It isn't box office. Right-handers poking down an off stump line, sending an edge into the cordon. Lefties getting cut in half, then rapped on the pads by one that snaps back at them from a length. New batters hopping at the crease. Hooping yorkers that leave the stumps splayed.
Sure, it's still Shaheen Shah Afridi, with the ball. He is running in like the local head honcho rushing to settle a neighbourhood fight.
But this isn't his backyard, and this is not a pitch made for him. In the first few overs, there are the merest wisps of movement off the track. Then it disappears, and while you wait for the reverse to kick in, which it never does today, it's up to the gods. (At Galle, this means it's up to the spinners.)
But Afridi, who does not have 100 wickets to his name yet, is essentially the leader of this attack that has even less experienced pair of quicks in the side and a senior spinner playing his comeback game. In a country he has never played in before, on a surface where only the very best quicks prosper, and even then only occasionally, he bowls like one.
Through most of Afridi's spells on day one, the man uses angles. He is close to the stumps to the left-hander one ball, sending one in the channel. Two balls later he is cutting the return crease with his front foot, angling the ball back in. Ideally, he will get one to cut back in off the seam, but listen, this is Galle. This pitch does not start as dry as the strip for the first Test against Australia, but it's not miles off. If you are looking for natural moisture, the ocean is 150 metres away. There is not much to be found closer than that.
Angling the ball from wide gets him his first, and if you are going to get a wicket against this top order, well, this is the one. Sri Lanka can do alright when Dimuth Karunaratne doesn't score runs, but the general trend has been that if he fails, they ain't headed to a big score. Twice, coming in from wide of the crease, Afridi gets Karunaratne to inside-edge. The first ricochets into his pads. The second into off stump.
He had conceded two boundaries in the first over of the day, but one of the next four is a maiden, and he concedes just 13 off those. Not stellar numbers, but this is Galle. Staying on for five overs as a quick is testing enough. The next spell is better. He goes full to Dhananjaya de Silva, perhaps looking for that reverse. He bowls a maiden to this batter, then two more dot balls, until eventually, de Silva has had enough. He tries to put a full delivery through cover, but the shot is loose, and another one comes back off the inside edge.
No magic balls. The scorecard says "b Afridi", but this isn't one that'll do numbers on YouTube. Later, at the end of the day, Afridi himself describes it this way: "With that one, I was very lucky. I just bowled the ball wider and I think he got out."
If that description made you sleepy, then Afridi's next few lines will finish the job.

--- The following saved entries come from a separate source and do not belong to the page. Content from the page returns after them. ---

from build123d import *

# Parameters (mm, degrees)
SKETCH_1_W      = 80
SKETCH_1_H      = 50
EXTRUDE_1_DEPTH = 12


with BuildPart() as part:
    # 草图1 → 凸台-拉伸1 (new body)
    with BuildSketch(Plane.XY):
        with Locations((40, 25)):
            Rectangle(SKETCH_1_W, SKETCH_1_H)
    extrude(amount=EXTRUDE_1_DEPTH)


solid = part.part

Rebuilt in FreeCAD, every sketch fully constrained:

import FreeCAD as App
import Part
import Sketcher

V = App.Vector
Q = App.Units.Quantity


def add_polygon(sketch, points):
    """Adds a closed chain of lines whose ends are joined by coincident constraints."""
    first, n = sketch.GeometryCount, len(points)
    for a, b in zip(points, points[1:] + points[:1]):
        sketch.addGeometry(Part.LineSegment(App.Vector(*a, 0), App.Vector(*b, 0)), False)
    for i in range(n):
        sketch.addConstraint(Sketcher.Constraint("Coincident", first + i, 2, first + (i + 1) % n, 1))

doc = App.newDocument("Part")
body = doc.addObject("PartDesign::Body", "Body")

# Sketch on XY plane
sketch1 = body.newObject("Sketcher::SketchObject", "Sketch")
sketch1.AttachmentSupport = (doc.getObject("XY_Plane"), [""])
sketch1.MapMode = "FlatFace"
add_polygon(sketch1, [(0, 50), (0, 0), (80, 0), (80, 50)])  # lines 0-3
sketch1.addConstraint([
    Sketcher.Constraint("Vertical", 0),
    Sketcher.Constraint("Horizontal", 1),
    Sketcher.Constraint("Vertical", 2),
    Sketcher.Constraint("Horizontal", 3),
    Sketcher.Constraint("Coincident", 0, 2, -1, 1),
    Sketcher.Constraint("DistanceX", 1, 1, 1, 2, Q("80 mm")),
    Sketcher.Constraint("DistanceY", 0, 2, 0, 1, Q("50 mm")),
])
pad1 = body.newObject("PartDesign::Pad", "Pad")
pad1.Profile = sketch1
pad1.Length = 12

doc.recompute()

"I am just trying to bowl my lines and lengths."
"The wicket is slow and the spinners will bowl well here."
"I am also trying to bowl well."
Thankfully, the next wicket is a little more exciting. Niroshan Dickwella leans into a drive, and the ball - oh wow, look at that - does it seam away? You need the James Webb telescope to spot it, but finally, a catch is taken at gully, and there's a big celebration - a wicket worthy of the Afridi of the imagination.
Then, of course, he gets hit around by some tailenders with averages belying how easily they seem to be playing the quicks. Don't take it personally. We are where we are, and this is just the kind of thing that happens here.
A bouncer gets him his last wicket. A No. 10 tries to uppercut him over the cordon, and the universe decides that is a humiliation too far, even for this venue. Among Pakistan seamers, only Waqar Younis has better innings figures here than Afridi's 4 for 58 (Waqar had 4 for 40, way back in 2000). Pakistan have played five previous Tests here. Even the stats aren't that fancy.
Whether Pakistan squander the position or not Afridi and Co put them in, who is to say? Prabath Jayasuriya already seems to be making the ball rip from the fort end.
Should Jayasuriya, a left-arm spinner playing his second Test, get to make an appearance in the final sentences of a piece that outlines how good Shaheen Shah Afridi was? Look, it can't be helped. This is just the kind of thing that happens here.